** DATASET ENTRIES follows **

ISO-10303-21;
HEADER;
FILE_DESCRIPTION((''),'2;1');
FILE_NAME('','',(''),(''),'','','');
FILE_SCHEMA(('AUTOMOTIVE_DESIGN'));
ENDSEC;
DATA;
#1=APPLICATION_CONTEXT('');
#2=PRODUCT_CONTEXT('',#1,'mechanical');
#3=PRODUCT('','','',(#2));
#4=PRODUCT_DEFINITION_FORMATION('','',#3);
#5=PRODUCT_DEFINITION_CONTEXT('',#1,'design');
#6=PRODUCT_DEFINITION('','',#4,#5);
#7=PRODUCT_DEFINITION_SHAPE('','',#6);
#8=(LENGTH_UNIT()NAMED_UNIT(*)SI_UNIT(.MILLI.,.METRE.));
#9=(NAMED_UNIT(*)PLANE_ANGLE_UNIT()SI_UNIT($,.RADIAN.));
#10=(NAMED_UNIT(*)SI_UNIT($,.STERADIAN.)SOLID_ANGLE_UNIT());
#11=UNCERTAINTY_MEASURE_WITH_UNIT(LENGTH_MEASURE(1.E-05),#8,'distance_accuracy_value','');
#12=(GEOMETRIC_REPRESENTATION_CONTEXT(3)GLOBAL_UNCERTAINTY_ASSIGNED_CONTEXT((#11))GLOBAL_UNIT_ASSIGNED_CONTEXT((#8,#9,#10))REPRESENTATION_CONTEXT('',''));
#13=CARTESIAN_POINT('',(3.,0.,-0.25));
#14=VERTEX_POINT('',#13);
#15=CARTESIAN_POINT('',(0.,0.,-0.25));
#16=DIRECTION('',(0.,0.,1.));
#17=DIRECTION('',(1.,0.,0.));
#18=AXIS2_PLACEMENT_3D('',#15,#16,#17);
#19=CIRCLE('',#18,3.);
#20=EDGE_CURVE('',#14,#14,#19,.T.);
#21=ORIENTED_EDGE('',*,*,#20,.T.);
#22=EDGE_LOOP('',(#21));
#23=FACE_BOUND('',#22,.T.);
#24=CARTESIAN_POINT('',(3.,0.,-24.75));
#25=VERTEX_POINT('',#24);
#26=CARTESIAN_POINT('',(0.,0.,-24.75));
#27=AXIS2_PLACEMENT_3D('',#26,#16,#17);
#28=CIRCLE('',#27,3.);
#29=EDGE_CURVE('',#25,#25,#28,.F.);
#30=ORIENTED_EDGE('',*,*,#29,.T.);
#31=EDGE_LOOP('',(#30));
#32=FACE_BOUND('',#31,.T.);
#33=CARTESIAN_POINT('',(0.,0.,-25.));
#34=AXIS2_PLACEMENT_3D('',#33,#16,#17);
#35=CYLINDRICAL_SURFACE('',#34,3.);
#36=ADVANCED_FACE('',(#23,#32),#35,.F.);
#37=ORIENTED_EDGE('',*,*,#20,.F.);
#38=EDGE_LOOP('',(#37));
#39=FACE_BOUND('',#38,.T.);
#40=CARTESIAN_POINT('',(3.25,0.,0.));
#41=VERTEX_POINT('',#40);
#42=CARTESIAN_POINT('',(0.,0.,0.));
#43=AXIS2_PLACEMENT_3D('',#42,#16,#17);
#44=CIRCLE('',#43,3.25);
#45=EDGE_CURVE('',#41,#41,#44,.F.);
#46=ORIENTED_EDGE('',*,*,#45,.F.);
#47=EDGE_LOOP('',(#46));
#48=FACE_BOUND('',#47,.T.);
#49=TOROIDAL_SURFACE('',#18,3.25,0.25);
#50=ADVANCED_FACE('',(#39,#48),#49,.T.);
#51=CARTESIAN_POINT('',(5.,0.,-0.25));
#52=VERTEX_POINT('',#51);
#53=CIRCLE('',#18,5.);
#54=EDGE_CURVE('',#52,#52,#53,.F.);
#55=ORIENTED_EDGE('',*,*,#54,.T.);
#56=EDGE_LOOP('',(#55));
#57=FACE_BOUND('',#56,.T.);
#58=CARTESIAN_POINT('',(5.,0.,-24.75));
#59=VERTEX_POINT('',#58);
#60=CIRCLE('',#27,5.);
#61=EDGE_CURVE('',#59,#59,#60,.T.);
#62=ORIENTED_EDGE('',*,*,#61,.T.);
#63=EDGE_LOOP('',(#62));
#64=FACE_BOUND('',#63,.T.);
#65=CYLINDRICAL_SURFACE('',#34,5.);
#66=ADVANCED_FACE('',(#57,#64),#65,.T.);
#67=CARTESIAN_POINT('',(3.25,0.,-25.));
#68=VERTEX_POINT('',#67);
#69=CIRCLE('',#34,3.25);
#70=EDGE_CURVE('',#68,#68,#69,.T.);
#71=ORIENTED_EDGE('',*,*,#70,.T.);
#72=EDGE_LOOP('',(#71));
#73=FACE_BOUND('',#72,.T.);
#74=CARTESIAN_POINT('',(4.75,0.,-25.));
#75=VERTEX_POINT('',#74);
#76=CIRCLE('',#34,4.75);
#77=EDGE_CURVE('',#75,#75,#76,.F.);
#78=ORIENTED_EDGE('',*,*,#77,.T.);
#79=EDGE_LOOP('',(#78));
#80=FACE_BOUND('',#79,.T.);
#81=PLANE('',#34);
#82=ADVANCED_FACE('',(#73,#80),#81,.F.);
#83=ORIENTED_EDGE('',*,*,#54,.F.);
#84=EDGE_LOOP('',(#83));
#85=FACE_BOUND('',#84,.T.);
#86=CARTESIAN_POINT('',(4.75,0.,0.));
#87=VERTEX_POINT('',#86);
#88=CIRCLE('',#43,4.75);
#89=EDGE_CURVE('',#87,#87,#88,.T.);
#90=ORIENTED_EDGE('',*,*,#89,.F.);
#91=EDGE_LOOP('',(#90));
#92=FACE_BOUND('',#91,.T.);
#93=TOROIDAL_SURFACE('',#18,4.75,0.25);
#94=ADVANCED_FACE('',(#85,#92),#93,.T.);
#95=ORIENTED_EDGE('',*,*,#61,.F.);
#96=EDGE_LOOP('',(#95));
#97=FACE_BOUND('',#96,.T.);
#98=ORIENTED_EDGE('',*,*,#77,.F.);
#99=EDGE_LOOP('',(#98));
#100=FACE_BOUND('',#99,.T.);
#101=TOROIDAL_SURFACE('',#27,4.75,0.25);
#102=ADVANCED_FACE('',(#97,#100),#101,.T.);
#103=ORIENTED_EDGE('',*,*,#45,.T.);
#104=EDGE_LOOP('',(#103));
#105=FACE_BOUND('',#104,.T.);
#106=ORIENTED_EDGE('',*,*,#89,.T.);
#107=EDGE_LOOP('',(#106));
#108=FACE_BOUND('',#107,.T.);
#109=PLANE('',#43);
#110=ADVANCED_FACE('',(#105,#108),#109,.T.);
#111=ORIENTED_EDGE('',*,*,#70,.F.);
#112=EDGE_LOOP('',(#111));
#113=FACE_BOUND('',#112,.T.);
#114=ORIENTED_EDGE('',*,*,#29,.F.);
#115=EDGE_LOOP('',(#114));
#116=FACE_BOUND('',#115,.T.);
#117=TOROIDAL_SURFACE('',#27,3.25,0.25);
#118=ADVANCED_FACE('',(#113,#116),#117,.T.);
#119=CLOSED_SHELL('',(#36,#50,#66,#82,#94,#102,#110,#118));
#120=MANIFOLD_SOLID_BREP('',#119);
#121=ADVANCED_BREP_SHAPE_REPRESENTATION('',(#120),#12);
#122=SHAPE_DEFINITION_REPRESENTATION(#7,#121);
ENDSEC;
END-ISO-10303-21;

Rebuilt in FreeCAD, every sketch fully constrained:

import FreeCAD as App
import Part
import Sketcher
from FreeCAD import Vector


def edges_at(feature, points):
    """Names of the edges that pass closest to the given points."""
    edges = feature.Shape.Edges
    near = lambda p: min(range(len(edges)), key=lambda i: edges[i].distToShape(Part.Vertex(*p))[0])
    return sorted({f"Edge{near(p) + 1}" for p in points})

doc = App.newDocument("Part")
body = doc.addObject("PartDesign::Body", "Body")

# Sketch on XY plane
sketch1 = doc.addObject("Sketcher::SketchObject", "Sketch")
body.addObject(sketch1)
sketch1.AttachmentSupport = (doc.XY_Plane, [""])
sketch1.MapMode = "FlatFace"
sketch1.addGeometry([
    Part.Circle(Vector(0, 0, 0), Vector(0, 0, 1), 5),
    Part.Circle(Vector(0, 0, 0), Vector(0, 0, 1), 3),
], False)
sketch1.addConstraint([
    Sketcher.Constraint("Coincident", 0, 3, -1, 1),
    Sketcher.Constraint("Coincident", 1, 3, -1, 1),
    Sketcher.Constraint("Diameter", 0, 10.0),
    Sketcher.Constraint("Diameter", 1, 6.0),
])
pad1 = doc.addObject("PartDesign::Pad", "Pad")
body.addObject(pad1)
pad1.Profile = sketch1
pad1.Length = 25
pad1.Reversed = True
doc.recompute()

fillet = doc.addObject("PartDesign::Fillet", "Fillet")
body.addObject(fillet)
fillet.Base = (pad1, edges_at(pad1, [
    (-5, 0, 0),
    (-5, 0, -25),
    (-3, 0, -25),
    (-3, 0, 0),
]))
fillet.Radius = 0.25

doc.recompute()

** End of DATASET ENTRIES **
** DATASET ENTRIES follows **

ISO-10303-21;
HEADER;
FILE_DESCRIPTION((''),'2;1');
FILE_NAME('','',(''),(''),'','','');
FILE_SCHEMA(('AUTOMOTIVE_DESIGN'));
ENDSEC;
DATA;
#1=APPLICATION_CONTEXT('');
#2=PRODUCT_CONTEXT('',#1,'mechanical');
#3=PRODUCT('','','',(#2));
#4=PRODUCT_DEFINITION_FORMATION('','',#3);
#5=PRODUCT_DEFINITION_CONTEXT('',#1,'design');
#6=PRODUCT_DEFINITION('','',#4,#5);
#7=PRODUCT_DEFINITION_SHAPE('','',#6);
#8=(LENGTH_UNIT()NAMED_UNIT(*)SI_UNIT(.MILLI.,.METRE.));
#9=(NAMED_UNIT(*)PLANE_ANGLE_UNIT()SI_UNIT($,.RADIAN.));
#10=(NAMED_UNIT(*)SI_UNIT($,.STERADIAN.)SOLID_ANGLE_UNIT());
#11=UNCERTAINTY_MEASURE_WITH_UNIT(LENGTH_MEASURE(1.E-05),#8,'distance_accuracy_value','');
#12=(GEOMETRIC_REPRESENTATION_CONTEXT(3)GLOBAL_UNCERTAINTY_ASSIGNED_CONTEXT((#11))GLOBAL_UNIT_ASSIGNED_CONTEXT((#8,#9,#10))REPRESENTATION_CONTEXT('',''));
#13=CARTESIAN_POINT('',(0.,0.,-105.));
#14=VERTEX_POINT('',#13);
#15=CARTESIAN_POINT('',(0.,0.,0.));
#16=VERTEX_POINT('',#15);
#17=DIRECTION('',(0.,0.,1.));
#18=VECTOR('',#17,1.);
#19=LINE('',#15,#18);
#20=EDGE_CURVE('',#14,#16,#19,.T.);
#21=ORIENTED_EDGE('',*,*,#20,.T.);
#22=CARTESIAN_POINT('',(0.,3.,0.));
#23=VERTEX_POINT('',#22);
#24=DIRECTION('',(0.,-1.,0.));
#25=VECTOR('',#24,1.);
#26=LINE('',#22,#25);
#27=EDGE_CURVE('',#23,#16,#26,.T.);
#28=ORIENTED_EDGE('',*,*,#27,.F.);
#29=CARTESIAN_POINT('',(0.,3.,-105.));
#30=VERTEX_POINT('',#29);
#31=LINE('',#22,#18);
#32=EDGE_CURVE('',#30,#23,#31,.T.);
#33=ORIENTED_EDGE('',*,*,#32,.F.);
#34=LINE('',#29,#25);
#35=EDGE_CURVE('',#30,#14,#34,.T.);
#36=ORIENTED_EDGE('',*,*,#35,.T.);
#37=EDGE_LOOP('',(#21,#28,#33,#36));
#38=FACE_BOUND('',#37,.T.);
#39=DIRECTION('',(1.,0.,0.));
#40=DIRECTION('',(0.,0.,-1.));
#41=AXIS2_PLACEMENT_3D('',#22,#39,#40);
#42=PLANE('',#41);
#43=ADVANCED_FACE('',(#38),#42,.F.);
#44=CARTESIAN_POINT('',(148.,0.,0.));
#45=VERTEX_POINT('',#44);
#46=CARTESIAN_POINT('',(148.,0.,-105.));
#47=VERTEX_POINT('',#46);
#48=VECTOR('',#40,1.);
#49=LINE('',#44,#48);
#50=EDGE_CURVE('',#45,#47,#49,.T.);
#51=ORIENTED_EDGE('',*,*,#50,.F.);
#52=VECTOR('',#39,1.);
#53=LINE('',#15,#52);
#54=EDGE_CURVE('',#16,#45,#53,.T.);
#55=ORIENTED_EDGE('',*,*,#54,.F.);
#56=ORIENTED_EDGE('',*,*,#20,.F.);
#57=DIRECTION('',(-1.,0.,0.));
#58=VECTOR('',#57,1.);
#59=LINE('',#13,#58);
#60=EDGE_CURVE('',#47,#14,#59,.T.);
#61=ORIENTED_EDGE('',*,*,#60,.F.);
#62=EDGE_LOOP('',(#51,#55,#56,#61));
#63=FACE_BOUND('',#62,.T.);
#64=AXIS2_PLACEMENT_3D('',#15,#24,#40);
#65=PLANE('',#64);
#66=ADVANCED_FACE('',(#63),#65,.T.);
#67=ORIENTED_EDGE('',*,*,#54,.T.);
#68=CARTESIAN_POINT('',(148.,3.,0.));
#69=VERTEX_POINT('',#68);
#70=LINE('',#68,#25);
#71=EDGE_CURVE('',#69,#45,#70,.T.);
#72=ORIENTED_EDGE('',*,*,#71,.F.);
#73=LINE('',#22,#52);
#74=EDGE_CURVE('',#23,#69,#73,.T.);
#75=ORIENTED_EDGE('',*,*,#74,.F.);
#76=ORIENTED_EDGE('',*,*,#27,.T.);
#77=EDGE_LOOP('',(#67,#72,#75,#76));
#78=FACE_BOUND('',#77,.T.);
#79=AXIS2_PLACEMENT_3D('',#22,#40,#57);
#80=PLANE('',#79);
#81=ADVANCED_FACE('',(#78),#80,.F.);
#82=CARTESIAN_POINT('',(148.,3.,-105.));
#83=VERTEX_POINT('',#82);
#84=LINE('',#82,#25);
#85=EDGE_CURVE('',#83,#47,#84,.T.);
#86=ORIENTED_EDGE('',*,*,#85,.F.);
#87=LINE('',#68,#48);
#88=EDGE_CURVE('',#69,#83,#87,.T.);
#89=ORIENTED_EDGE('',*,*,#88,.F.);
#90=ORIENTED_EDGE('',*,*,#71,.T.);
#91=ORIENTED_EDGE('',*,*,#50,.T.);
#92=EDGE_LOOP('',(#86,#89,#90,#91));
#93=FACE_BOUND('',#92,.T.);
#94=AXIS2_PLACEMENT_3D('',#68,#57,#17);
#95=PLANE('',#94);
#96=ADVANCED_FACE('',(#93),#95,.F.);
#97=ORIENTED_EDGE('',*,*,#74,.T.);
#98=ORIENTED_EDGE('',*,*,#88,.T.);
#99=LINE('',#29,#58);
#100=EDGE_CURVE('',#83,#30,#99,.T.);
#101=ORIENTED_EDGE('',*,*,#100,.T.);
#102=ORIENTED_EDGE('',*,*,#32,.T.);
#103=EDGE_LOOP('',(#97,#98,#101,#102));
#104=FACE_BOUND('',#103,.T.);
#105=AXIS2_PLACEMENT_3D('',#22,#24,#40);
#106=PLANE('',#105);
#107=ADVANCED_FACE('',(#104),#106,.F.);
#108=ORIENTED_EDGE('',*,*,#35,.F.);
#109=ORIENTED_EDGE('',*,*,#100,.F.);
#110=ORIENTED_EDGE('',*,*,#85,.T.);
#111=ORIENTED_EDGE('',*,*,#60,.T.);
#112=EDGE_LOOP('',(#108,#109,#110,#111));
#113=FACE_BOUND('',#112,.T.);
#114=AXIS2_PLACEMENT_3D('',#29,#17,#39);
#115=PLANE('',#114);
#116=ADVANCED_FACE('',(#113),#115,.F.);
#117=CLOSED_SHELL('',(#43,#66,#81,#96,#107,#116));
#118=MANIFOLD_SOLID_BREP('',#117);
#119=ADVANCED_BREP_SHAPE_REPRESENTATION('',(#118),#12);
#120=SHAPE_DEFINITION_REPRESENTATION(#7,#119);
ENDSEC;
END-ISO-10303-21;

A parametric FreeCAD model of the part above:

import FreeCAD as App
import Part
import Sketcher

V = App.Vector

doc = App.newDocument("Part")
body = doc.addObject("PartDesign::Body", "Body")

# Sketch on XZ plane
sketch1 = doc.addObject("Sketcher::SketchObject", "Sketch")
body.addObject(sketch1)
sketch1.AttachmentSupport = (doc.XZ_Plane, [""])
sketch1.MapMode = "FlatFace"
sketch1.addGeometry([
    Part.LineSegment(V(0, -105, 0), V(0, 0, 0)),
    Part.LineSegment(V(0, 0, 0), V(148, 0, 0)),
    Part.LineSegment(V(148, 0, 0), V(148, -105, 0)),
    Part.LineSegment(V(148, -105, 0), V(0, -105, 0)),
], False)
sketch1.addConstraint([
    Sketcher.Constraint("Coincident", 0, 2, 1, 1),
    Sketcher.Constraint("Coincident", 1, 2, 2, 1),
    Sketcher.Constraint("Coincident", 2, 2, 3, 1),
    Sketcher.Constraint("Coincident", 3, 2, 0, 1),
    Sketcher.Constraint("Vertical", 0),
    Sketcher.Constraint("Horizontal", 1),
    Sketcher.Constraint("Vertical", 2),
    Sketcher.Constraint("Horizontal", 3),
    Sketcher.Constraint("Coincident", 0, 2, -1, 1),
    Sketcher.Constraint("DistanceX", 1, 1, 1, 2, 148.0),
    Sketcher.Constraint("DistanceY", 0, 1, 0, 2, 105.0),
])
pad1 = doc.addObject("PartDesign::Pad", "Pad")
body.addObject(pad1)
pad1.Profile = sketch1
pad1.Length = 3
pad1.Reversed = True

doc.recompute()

** End of DATASET ENTRIES **

**EXERCISE AIM:**
Using the data above, print exactly the lines from the line that contains "#81=ADVANCED_FACE('',(#78),#80,.F.);" through the line that contains "A parametric FreeCAD", with both included.

**PROBLEM SOLUTION:**
#81=ADVANCED_FACE('',(#78),#80,.F.);
#82=CARTESIAN_POINT('',(148.,3.,-105.));
#83=VERTEX_POINT('',#82);
#84=LINE('',#82,#25);
#85=EDGE_CURVE('',#83,#47,#84,.T.);
#86=ORIENTED_EDGE('',*,*,#85,.F.);
#87=LINE('',#68,#48);
#88=EDGE_CURVE('',#69,#83,#87,.T.);
#89=ORIENTED_EDGE('',*,*,#88,.F.);
#90=ORIENTED_EDGE('',*,*,#71,.T.);
#91=ORIENTED_EDGE('',*,*,#50,.T.);
#92=EDGE_LOOP('',(#86,#89,#90,#91));
#93=FACE_BOUND('',#92,.T.);
#94=AXIS2_PLACEMENT_3D('',#68,#57,#17);
#95=PLANE('',#94);
#96=ADVANCED_FACE('',(#93),#95,.F.);
#97=ORIENTED_EDGE('',*,*,#74,.T.);
#98=ORIENTED_EDGE('',*,*,#88,.T.);
#99=LINE('',#29,#58);
#100=EDGE_CURVE('',#83,#30,#99,.T.);
#101=ORIENTED_EDGE('',*,*,#100,.T.);
#102=ORIENTED_EDGE('',*,*,#32,.T.);
#103=EDGE_LOOP('',(#97,#98,#101,#102));
#104=FACE_BOUND('',#103,.T.);
#105=AXIS2_PLACEMENT_3D('',#22,#24,#40);
#106=PLANE('',#105);
#107=ADVANCED_FACE('',(#104),#106,.F.);
#108=ORIENTED_EDGE('',*,*,#35,.F.);
#109=ORIENTED_EDGE('',*,*,#100,.F.);
#110=ORIENTED_EDGE('',*,*,#85,.T.);
#111=ORIENTED_EDGE('',*,*,#60,.T.);
#112=EDGE_LOOP('',(#108,#109,#110,#111));
#113=FACE_BOUND('',#112,.T.);
#114=AXIS2_PLACEMENT_3D('',#29,#17,#39);
#115=PLANE('',#114);
#116=ADVANCED_FACE('',(#113),#115,.F.);
#117=CLOSED_SHELL('',(#43,#66,#81,#96,#107,#116));
#118=MANIFOLD_SOLID_BREP('',#117);
#119=ADVANCED_BREP_SHAPE_REPRESENTATION('',(#118),#12);
#120=SHAPE_DEFINITION_REPRESENTATION(#7,#119);
ENDSEC;
END-ISO-10303-21;

A parametric FreeCAD model of the part above:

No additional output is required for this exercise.